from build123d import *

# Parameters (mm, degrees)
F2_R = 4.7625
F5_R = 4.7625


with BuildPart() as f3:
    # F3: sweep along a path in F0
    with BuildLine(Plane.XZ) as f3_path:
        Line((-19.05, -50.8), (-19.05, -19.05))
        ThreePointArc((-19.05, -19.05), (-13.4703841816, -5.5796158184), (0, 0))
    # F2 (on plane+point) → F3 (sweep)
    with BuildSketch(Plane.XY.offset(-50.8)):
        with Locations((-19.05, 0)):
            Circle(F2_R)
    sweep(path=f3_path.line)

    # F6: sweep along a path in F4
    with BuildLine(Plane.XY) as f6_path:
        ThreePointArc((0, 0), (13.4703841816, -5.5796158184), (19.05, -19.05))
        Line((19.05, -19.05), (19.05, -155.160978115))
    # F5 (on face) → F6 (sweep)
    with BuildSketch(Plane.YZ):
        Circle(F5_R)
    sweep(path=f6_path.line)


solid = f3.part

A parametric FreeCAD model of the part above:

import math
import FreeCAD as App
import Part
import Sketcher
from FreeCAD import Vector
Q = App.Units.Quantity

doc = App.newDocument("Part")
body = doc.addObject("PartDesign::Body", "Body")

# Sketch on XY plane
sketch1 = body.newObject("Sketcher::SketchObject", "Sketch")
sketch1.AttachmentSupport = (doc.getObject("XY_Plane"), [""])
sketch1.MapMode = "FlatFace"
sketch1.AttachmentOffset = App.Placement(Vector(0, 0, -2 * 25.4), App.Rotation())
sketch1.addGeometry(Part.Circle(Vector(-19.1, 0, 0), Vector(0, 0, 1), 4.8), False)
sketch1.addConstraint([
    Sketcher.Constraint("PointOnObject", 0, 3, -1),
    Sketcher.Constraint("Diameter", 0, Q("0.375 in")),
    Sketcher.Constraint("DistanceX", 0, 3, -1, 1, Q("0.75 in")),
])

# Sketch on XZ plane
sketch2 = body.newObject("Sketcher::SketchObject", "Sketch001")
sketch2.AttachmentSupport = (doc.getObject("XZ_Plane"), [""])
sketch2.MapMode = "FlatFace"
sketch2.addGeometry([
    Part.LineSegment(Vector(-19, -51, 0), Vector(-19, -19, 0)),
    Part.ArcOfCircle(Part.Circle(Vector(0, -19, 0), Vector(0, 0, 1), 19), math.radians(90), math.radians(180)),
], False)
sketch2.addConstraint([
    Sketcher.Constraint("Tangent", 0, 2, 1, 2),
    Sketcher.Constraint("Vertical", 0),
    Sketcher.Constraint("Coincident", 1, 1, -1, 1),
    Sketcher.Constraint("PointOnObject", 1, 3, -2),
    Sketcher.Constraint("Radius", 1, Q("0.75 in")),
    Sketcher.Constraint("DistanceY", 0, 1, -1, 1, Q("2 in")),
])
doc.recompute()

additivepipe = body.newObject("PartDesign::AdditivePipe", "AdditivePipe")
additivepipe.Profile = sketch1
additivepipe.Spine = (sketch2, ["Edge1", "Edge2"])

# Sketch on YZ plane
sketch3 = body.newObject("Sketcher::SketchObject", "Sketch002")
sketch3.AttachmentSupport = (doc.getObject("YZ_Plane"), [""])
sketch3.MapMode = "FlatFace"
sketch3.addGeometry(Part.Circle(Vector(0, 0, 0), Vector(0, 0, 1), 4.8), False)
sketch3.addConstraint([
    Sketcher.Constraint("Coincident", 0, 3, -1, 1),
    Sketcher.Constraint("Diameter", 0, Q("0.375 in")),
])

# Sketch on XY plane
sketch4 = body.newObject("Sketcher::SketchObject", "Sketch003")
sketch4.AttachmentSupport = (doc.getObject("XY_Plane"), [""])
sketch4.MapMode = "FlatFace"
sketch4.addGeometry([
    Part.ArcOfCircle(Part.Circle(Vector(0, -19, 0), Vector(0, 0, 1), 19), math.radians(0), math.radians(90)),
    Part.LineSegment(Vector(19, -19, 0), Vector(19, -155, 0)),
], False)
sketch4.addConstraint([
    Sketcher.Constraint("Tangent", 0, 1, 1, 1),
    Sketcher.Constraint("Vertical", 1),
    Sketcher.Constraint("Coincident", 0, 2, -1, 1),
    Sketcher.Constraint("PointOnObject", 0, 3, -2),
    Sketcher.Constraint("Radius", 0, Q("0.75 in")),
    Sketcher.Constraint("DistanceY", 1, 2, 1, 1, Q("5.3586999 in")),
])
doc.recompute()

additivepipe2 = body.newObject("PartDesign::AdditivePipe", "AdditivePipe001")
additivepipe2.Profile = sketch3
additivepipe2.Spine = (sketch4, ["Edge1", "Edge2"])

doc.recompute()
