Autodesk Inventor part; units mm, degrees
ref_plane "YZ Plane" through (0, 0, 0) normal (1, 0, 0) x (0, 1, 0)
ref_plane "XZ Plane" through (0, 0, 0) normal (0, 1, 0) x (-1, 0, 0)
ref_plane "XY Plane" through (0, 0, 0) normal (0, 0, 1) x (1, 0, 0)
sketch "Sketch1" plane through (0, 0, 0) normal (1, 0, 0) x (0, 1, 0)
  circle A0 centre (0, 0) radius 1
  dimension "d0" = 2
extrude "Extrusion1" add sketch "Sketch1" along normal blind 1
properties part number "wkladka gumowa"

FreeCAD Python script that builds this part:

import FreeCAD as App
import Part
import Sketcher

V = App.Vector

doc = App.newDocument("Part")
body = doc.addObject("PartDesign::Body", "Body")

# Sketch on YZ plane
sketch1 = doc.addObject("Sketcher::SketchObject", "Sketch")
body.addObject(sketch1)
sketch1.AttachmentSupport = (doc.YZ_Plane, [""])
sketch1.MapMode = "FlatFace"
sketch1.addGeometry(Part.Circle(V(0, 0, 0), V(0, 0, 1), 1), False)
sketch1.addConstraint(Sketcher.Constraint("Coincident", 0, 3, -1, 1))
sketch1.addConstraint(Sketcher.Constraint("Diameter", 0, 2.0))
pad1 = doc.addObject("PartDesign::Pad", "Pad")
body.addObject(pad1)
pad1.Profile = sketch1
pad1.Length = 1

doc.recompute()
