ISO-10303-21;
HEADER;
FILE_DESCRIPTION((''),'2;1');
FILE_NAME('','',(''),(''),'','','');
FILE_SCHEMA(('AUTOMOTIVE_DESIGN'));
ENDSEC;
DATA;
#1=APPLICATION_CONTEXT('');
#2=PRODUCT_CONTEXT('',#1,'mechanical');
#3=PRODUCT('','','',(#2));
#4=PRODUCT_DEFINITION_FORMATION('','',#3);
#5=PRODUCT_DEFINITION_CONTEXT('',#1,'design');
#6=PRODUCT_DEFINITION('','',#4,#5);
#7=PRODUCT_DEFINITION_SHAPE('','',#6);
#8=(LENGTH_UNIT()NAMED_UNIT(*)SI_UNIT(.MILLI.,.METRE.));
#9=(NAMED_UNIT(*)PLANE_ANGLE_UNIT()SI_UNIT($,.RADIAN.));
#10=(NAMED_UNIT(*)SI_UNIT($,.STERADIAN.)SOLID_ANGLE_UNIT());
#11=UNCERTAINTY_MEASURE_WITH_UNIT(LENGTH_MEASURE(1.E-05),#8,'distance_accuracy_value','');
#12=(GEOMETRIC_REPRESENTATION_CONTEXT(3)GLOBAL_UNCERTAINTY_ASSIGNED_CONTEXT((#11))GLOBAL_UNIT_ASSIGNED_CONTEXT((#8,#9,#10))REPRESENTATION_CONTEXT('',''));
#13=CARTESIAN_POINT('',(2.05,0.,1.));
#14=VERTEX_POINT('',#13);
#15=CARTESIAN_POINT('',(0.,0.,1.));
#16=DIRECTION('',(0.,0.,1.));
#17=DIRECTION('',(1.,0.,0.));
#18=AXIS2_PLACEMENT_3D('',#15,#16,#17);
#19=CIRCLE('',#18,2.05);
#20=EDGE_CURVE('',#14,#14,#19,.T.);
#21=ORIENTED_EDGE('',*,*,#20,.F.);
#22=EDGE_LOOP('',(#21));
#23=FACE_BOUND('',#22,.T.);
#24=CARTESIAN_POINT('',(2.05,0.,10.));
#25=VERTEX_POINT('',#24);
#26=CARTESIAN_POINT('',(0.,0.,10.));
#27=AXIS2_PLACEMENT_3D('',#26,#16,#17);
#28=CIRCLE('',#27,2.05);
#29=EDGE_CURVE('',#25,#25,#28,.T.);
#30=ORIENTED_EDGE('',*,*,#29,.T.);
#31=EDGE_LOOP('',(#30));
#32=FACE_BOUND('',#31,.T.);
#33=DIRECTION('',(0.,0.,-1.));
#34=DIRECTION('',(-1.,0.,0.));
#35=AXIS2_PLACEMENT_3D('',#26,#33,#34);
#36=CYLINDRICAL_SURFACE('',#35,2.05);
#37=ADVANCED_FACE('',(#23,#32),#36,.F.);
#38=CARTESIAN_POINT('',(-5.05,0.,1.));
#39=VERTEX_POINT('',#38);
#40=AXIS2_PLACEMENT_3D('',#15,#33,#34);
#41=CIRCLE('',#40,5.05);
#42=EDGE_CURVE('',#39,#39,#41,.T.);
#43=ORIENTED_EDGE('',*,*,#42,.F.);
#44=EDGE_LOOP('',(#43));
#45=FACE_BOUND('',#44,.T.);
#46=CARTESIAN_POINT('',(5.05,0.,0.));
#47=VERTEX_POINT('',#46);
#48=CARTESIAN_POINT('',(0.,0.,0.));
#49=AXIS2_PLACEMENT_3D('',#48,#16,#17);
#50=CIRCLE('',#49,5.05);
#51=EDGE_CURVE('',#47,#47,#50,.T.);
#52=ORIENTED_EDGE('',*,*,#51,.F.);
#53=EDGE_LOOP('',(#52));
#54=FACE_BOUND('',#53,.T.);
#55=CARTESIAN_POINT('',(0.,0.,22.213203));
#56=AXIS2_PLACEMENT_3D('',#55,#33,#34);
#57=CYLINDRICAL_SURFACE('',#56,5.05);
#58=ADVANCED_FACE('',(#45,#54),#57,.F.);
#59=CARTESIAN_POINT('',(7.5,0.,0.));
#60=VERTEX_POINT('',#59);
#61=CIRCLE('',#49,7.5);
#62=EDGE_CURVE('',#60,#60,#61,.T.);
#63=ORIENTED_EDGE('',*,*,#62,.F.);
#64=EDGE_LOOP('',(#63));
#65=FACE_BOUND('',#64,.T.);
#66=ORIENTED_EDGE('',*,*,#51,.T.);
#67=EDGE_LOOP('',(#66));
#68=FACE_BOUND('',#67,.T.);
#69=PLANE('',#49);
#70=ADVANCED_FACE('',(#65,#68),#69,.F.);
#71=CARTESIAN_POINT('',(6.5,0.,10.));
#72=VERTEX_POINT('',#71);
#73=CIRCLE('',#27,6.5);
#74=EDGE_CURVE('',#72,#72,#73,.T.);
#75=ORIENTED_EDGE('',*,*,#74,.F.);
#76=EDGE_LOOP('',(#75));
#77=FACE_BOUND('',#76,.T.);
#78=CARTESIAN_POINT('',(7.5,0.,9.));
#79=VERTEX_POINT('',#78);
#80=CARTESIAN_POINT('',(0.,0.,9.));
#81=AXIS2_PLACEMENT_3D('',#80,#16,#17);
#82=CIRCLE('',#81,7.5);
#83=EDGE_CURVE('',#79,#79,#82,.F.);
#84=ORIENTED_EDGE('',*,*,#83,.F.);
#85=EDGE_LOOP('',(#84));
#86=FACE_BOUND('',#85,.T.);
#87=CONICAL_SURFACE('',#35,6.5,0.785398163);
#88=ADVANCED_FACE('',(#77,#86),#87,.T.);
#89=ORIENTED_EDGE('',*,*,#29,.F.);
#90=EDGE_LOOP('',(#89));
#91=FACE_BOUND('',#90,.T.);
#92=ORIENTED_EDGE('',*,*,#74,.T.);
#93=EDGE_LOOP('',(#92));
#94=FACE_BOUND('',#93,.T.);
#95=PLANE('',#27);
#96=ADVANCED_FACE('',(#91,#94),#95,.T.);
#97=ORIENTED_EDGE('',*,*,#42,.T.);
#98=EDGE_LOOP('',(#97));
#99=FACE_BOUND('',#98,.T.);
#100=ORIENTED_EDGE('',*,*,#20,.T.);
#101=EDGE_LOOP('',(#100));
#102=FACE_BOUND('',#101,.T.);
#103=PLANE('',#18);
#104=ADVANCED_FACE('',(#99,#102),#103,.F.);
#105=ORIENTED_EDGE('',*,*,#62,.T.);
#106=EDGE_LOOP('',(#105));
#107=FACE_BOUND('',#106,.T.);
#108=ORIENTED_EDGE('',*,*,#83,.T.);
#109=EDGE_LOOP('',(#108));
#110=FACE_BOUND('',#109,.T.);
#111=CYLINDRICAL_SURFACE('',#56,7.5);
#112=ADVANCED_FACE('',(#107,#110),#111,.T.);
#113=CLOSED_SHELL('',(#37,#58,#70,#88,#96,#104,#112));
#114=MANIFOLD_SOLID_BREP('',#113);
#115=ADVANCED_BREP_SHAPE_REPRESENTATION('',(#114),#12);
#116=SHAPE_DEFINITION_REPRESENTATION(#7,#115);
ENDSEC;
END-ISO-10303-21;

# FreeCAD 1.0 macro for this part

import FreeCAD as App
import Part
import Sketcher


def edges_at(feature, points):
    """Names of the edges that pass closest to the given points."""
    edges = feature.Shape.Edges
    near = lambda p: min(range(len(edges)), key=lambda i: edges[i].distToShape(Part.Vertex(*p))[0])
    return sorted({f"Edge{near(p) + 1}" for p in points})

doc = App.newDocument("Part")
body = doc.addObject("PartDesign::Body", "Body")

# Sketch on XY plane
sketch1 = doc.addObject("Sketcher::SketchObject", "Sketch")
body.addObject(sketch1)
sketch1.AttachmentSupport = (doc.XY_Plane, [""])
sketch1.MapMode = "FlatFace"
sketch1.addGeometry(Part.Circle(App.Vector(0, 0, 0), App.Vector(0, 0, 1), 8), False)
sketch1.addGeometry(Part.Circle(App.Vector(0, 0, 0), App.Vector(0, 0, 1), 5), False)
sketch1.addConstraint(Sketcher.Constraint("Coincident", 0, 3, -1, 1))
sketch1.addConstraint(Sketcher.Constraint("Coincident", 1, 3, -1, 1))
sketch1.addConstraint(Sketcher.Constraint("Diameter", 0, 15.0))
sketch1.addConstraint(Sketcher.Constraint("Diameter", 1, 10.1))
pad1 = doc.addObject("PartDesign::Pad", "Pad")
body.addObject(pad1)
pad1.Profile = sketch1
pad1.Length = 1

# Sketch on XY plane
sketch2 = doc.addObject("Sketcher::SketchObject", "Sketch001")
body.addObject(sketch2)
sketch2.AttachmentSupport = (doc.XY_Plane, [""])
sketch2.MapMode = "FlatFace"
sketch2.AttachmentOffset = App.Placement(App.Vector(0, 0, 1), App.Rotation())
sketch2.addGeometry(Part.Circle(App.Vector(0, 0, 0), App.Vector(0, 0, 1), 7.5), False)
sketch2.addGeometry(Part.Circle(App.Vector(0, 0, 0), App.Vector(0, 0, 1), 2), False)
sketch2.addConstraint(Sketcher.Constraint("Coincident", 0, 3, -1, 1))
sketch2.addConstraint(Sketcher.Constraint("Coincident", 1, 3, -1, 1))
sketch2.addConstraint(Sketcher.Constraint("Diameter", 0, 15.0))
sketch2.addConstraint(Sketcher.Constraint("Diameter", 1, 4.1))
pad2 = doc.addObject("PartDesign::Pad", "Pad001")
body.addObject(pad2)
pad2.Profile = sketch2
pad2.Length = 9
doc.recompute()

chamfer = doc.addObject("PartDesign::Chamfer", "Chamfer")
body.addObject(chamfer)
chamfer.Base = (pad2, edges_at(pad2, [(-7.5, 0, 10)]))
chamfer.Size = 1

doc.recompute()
□ □ □ □ □ □ □
* Exercise goal:
Quote every line of the records above, from the first down to the one holding "A parametric FreeCAD", exactly as written.

* Response to the exercise:
from build123d import *

# Parameters (mm, degrees)
F2_R = 4.7625
F5_R = 4.7625


with BuildPart() as f3:
    # F3: sweep along a path in F0
    with BuildLine(Plane.XZ) as f3_path:
        Line((-19.05, -50.8), (-19.05, -19.05))
        ThreePointArc((-19.05, -19.05), (-13.4703841816, -5.5796158184), (0, 0))
    # F2 (on plane+point) → F3 (sweep)
    with BuildSketch(Plane.XY.offset(-50.8)):
        with Locations((-19.05, 0)):
            Circle(F2_R)
    sweep(path=f3_path.line)

    # F6: sweep along a path in F4
    with BuildLine(Plane.XY) as f6_path:
        ThreePointArc((0, 0), (13.4703841816, -5.5796158184), (19.05, -19.05))
        Line((19.05, -19.05), (19.05, -155.160978115))
    # F5 (on face) → F6 (sweep)
    with BuildSketch(Plane.YZ):
        Circle(F5_R)
    sweep(path=f6_path.line)


solid = f3.part

A parametric FreeCAD model of the part above:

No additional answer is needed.